The supramolecular architecture of amyloid fibrils formed by a human tau-derived hexapeptide VQIVYK

Abstract

The sequence 306VQIVYK311 is an aggregation prone region of the tau protein implicated in driving assembly of tau into paired helical filaments. These filaments accumulate as intraneuronal neurofibrillary tangles in Alzheimer’s disease and a range of tauopathies. Prolonged incubation of VQIVYK results in highly ordered fibrillar structures that give rise to unusually detailed and highly oriented X-ray fibre diffraction patterns.
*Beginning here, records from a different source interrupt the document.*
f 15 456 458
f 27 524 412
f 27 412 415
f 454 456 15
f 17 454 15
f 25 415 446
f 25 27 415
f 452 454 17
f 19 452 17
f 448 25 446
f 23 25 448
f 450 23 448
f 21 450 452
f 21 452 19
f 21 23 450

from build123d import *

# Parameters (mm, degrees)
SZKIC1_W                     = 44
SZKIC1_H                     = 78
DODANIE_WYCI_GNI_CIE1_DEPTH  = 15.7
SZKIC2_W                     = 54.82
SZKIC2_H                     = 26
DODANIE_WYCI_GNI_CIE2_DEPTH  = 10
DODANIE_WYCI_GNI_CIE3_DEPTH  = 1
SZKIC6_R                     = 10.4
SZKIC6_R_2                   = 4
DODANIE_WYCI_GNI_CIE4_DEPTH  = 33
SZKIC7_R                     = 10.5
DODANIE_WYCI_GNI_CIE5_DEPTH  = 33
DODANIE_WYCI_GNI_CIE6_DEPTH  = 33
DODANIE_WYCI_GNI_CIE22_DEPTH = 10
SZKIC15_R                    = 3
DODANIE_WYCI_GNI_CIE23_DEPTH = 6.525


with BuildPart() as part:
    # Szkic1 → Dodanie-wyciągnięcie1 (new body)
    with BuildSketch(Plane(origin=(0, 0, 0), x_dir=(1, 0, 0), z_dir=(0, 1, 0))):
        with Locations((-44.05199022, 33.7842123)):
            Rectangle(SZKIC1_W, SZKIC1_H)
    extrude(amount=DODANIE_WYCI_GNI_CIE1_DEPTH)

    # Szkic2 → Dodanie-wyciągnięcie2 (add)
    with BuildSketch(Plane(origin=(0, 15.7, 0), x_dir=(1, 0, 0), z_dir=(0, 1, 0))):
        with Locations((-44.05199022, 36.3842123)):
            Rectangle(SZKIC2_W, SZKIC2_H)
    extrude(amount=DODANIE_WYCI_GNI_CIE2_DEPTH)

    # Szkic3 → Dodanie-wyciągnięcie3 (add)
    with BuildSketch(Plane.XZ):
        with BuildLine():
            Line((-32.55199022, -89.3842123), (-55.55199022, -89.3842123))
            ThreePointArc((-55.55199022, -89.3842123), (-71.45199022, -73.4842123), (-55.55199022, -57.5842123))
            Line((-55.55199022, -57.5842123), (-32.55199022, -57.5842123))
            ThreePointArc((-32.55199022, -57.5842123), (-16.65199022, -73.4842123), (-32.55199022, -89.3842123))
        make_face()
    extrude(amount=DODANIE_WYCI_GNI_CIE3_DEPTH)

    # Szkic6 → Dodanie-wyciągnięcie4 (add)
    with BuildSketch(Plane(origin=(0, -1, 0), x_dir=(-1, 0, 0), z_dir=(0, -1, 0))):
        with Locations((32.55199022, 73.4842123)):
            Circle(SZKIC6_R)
These matured fibrils provided the opportunity to use a novel integrative approach that combined X-ray fibre diffraction analysis, with 3D contact point reconstruction atomic force microscopy (CPR-AFM) of individual filaments, to determine molecular and supra-molecular details. X-ray diffraction analysis resulted in a molecular model consistent with a X-ray crystallography structure, which could be further optimised to give rise to a highly twisted filamentous protofilament architecture. Analysis of individual fibril envelopes by CPR-AFM revealed a diverse polymorphous population with a major fibril morphology of apparent smooth, cylindrical fibrils, and morphological subpopulations of fibrils with clear left-hand twisting patterns while X-ray diffraction suggests that the protofilament core structure remains consistent between the polymorphs. Here, we reveal that VQIVYK amyloid fibrils form a polymorphous amyloid population by assembly of highly ordered protofilaments. The combined approach gives novel molecular and supramolecular information regarding the structure of a highly twisted amyloid fibrils.